▸ TASK TO COMPLETE
Repeat exactly the lines of the entries below from the one with "f 282 256 220" through the one with "f 105 104 176", both ends included, and nothing else.

▸ RECORDED DATA
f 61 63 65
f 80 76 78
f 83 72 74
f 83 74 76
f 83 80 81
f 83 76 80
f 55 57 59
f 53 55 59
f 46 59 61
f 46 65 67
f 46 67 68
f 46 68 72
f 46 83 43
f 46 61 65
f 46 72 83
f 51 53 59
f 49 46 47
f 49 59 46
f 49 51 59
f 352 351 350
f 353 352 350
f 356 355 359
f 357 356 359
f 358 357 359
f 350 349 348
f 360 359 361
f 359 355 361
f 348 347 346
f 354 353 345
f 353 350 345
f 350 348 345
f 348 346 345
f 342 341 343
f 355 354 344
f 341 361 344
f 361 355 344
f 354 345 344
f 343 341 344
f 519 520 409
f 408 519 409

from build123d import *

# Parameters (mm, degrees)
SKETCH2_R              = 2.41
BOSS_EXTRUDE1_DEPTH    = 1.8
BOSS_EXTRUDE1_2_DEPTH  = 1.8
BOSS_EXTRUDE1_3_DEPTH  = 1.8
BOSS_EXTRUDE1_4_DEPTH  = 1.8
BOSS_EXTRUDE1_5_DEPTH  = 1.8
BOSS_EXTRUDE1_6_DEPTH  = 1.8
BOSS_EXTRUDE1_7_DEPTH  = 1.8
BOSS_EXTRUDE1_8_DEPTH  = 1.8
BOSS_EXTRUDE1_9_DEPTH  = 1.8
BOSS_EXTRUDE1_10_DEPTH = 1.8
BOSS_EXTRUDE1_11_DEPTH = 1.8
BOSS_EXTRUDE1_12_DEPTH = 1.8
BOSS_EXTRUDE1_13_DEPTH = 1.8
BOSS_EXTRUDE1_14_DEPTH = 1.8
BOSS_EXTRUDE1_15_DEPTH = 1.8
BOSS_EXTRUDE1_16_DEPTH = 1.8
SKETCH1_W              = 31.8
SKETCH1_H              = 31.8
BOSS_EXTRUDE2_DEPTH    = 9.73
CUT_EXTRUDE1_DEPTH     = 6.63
---
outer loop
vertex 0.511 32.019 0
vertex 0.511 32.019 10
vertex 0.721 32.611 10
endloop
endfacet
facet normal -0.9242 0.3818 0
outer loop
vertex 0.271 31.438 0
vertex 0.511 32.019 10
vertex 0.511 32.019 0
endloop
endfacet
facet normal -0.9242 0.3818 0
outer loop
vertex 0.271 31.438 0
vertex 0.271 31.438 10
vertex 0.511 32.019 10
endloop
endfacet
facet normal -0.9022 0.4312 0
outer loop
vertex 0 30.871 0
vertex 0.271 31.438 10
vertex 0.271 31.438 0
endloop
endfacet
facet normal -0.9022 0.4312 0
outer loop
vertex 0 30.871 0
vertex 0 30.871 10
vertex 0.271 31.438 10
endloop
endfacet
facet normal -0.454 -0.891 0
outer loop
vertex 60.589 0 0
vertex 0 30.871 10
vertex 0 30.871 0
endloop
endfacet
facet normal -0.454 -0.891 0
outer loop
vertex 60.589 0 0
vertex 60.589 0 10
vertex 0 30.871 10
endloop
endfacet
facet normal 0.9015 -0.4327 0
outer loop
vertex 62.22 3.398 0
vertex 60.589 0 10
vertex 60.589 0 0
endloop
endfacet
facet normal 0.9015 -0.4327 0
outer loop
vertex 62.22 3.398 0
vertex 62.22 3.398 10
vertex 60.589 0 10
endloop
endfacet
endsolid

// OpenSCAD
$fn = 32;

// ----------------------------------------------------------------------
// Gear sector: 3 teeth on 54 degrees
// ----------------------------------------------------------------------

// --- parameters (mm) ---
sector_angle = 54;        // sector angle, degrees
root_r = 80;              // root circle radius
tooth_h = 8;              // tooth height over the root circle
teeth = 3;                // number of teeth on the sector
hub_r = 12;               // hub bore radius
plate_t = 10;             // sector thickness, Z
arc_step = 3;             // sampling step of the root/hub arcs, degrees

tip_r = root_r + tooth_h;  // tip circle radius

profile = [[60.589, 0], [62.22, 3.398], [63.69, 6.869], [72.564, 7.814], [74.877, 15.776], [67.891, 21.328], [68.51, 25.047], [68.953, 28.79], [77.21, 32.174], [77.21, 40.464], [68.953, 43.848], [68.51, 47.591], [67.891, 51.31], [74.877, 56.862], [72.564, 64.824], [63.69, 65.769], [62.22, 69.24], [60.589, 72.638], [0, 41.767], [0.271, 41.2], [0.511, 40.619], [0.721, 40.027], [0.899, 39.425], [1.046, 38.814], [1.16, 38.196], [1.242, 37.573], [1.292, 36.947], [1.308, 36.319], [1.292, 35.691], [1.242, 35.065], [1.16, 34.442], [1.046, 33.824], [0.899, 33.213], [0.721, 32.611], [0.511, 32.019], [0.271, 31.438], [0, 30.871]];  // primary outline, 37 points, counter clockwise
---
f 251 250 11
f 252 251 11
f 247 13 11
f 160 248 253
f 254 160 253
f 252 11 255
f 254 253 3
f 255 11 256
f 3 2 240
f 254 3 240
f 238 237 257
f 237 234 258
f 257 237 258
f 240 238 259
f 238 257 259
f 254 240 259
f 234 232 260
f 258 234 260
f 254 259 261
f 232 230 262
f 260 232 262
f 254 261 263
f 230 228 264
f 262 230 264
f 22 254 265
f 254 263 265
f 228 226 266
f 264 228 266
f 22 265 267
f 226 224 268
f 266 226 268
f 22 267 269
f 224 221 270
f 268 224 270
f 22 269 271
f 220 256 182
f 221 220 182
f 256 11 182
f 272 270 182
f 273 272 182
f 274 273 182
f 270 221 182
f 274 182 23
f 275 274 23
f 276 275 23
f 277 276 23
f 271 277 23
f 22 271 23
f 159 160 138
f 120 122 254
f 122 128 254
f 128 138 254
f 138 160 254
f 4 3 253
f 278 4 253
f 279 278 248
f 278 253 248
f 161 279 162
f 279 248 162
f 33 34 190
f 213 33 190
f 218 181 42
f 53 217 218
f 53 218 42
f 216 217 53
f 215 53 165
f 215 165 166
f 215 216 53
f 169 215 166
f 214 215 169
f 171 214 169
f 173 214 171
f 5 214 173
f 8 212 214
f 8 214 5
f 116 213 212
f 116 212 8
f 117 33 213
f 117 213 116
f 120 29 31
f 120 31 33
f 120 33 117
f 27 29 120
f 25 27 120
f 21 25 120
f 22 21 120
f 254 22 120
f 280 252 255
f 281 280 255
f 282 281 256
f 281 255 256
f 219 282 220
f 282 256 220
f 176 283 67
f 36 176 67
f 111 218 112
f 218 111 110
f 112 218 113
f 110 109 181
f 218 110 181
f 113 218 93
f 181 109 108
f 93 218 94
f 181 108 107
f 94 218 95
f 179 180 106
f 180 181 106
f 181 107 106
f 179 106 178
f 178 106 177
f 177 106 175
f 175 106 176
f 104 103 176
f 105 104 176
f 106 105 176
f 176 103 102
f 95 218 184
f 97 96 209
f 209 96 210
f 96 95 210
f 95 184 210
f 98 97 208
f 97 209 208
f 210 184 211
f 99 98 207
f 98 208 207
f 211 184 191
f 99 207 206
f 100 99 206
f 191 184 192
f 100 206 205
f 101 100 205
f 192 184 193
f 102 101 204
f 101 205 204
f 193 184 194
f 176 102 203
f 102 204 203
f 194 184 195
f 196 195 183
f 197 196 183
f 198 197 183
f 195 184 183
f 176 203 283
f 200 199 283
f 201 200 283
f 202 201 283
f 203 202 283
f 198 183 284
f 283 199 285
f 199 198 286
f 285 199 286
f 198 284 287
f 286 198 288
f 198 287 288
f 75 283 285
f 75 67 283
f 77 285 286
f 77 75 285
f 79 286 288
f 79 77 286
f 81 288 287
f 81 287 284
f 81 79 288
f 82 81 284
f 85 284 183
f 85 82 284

▸ ANSWER TO THE PROBLEM
f 282 256 220
f 176 283 67
f 36 176 67
f 111 218 112
f 218 111 110
f 112 218 113
f 110 109 181
f 218 110 181
f 113 218 93
f 181 109 108
f 93 218 94
f 181 108 107
f 94 218 95
f 179 180 106
f 180 181 106
f 181 107 106
f 179 106 178
f 178 106 177
f 177 106 175
f 175 106 176
f 104 103 176
f 105 104 176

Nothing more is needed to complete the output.